Domaine de Manon is another great stop while in Grasse. Here, you can tour the flower plantations filled with tuberose, jasmine, lavender, and May roses. In addition, the flowers in the plantation are used in Dior fragrances.

However, keep in mind that flower harvests are seasonal when planning your trip. For instance, Jasmine is harvested from August to October, while May rose is planted between May and June.

You can also get jams and rosewater in the shops at Domaine de Manon.

  1. Experience the Beautiful Sceneries at Gorges du Loup

Gorges du Loup

Image Source: seeprovence.com

Fifteen minutes north of the city center will lead you to the gorgeous scenes at Gorges du Loup. This is perfect for connecting with mother nature, especially after long travels.

You can choose to experience the scenes while in your car, driving along the routes of the river. Alternatively, you can go through the visitor center to see enchanting views of one of the waterfalls and the turquoise blue water as it hits the pools.

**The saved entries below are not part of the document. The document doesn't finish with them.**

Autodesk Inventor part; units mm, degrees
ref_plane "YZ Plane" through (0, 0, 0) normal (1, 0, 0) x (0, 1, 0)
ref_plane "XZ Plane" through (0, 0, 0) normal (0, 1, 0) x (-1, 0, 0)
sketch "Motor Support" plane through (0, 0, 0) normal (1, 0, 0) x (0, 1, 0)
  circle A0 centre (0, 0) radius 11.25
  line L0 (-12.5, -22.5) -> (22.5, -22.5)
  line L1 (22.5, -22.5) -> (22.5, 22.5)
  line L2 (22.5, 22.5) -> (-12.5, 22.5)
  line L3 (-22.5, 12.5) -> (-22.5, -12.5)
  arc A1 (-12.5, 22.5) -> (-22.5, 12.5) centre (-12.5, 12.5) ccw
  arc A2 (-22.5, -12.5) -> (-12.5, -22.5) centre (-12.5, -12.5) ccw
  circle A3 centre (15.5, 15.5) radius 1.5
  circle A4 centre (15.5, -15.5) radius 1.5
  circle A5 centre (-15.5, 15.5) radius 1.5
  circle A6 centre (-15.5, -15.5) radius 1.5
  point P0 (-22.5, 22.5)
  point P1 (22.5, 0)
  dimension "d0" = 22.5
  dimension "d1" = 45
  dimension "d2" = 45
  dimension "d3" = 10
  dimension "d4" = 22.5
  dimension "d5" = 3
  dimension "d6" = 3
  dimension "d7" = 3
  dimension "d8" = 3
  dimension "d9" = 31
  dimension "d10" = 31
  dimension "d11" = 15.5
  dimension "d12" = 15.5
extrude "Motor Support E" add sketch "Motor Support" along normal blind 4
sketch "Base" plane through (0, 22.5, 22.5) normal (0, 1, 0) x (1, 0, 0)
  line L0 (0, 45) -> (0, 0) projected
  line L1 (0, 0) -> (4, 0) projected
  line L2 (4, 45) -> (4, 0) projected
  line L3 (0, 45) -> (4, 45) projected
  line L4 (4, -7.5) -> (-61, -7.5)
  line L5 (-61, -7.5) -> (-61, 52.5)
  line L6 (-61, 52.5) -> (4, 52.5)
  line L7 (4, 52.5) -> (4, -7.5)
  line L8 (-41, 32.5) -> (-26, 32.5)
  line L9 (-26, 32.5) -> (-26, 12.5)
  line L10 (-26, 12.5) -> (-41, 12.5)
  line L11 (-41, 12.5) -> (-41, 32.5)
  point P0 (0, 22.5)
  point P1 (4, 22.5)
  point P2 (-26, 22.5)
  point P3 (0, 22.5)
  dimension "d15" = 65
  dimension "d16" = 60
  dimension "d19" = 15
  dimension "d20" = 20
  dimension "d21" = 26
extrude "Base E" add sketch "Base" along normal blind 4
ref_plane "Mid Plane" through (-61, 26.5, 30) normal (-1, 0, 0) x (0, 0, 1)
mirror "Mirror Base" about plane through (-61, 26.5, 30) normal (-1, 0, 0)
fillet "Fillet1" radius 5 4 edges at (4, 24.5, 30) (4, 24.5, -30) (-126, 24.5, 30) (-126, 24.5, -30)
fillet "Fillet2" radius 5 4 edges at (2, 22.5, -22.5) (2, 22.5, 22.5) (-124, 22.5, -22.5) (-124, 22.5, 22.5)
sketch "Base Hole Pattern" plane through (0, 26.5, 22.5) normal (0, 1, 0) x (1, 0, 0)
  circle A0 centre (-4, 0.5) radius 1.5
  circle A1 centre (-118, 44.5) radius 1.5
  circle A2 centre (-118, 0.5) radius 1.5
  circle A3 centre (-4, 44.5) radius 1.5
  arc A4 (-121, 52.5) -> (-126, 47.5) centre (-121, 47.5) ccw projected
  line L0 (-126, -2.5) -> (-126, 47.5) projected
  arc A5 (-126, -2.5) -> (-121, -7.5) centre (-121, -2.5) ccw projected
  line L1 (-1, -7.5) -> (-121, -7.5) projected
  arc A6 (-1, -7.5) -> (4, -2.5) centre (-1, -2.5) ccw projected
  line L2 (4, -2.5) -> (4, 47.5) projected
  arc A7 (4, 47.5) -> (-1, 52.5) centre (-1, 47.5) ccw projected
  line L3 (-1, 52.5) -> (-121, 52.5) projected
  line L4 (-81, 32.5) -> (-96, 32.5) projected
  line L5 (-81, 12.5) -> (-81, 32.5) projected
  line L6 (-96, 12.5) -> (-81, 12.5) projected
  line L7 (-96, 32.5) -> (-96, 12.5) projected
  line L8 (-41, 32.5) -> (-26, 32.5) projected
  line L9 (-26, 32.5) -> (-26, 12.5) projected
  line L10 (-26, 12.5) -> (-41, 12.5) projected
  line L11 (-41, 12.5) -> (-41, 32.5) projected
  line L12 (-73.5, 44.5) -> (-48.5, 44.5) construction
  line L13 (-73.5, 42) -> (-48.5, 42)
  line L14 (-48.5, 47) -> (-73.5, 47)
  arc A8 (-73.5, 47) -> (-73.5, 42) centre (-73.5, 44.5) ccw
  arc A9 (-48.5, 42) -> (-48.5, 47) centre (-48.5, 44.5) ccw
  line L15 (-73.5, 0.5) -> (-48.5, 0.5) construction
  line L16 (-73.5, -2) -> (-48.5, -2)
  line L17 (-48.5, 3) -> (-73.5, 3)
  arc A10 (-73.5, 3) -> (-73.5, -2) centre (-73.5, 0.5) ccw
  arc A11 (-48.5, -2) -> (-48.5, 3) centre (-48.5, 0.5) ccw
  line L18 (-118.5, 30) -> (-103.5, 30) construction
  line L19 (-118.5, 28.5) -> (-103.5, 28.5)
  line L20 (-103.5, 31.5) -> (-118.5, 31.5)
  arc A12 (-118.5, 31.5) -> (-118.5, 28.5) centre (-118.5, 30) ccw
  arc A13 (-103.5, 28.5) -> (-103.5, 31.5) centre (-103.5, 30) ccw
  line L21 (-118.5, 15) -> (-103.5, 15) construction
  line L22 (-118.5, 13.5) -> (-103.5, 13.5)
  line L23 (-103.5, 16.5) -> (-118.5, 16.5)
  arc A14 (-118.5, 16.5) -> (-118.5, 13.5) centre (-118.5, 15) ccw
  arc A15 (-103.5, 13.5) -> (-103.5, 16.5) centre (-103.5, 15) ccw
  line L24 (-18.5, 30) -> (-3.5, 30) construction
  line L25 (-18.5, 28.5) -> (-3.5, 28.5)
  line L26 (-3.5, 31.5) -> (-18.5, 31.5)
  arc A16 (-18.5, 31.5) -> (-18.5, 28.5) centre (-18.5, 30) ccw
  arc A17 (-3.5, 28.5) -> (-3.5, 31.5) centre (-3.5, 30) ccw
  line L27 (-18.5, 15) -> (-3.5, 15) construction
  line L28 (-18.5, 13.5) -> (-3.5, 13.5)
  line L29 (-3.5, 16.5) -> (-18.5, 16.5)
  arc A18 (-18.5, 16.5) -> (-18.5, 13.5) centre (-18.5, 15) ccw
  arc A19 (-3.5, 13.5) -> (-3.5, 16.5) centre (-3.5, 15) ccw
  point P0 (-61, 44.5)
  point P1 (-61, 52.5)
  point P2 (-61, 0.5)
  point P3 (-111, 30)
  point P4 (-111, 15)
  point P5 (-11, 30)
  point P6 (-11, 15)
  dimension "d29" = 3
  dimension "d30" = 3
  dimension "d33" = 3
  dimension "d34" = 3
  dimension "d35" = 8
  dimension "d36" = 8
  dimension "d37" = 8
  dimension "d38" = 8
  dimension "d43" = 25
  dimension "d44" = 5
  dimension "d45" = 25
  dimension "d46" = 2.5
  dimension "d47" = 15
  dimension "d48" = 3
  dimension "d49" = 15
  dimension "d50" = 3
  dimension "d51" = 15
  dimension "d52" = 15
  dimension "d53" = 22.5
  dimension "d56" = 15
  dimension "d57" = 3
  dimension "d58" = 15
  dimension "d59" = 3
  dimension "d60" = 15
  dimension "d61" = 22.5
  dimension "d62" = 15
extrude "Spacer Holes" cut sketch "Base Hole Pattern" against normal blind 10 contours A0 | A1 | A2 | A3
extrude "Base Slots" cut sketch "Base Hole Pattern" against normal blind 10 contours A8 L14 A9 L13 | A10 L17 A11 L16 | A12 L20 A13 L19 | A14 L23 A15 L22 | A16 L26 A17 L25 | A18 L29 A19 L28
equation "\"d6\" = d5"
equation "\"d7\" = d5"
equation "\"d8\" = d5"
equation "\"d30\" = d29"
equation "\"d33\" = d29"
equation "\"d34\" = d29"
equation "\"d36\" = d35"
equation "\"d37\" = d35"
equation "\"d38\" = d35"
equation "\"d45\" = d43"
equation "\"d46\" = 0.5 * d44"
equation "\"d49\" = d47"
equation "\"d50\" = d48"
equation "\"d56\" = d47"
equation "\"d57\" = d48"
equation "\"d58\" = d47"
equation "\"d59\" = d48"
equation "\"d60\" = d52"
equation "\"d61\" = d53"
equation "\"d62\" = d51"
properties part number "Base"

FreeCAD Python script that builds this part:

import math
import FreeCAD as App
import Part
import Sketcher

V = App.Vector


def edges_at(feature, points):
    """Names of the edges that pass closest to the given points."""
    edges = feature.Shape.Edges
    near = lambda p: min(range(len(edges)), key=lambda i: edges[i].distToShape(Part.Vertex(*p))[0])
    return sorted({f"Edge{near(p) + 1}" for p in points})

doc = App.newDocument("Part")
body = doc.addObject("PartDesign::Body", "Body")

# Sketch on YZ plane
sketch1 = body.newObject("Sketcher::SketchObject", "Sketch")
sketch1.AttachmentSupport = (doc.getObject("YZ_Plane"), [""])
sketch1.MapMode = "FlatFace"
sketch1.addGeometry([
    Part.ArcOfCircle(Part.Circle(V(-12.5, -12.5, 0), V(0, 0, 1), 10), math.radians(180), math.radians(270)),  # 0
    Part.LineSegment(V(-12.5, -22.5, 0), V(22.5, -22.5, 0)),  # 1
    Part.LineSegment(V(22.5, -22.5, 0), V(22.5, 22.5, 0)),  # 2
    Part.LineSegment(V(22.5, 22.5, 0), V(-12.5, 22.5, 0)),  # 3
    Part.ArcOfCircle(Part.Circle(V(-12.5, 12.5, 0), V(0, 0, 1), 10), math.radians(90), math.radians(180)),  # 4
    Part.LineSegment(V(-22.5, 12.5, 0), V(-22.5, -12.5, 0)),  # 5
    Part.Circle(V(-15.5, -15.5, 0), V(0, 0, 1), 1.5),  # 6
    Part.Circle(V(15.5, -15.5, 0), V(0, 0, 1), 1.5),  # 7
    Part.Circle(V(-15.5, 15.5, 0), V(0, 0, 1), 1.5),  # 8
    Part.Circle(V(0, 0, 0), V(0, 0, 1), 11.2),  # 9
    Part.Circle(V(15.5, 15.5, 0), V(0, 0, 1), 1.5),  # 10
], False)
sketch1.addConstraint([
    Sketcher.Constraint("Tangent", 0, 2, 1, 1),
    Sketcher.Constraint("Coincident", 1, 2, 2, 1),
    Sketcher.Constraint("Coincident", 2, 2, 3, 1),
    Sketcher.Constraint("Tangent", 3, 2, 4, 1),
    Sketcher.Constraint("Tangent", 4, 2, 5, 1),
    Sketcher.Constraint("Tangent", 5, 2, 0, 1),
    Sketcher.Constraint("Horizontal", 1),
    Sketcher.Constraint("Vertical", 2),
    Sketcher.Constraint("Horizontal", 3),
    Sketcher.Constraint("Vertical", 5),
    Sketcher.Constraint("Coincident", 9, 3, -1, 1),
    Sketcher.Constraint("Equal", 0, 4),
    Sketcher.Constraint("Equal", 6, 7),
    Sketcher.Constraint("Equal", 7, 8),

Canyoning is also a great choice for adventure lovers. However, you will need to wear a wetsuit and other safety gear. That said, the scenery at Gorges du Loup is worth exploring, especially the wall of limestone rock and three waterfalls.

Conclusion

Although a small town in France, the perfume capital of the world has a lot of art, history, and perfume to offer. Not only will you learn the history of perfume through a free tour, but you also get to create your own scent.

If this is not enough, the museums are rich in art and history while the streets are picturesque, floral, and inviting.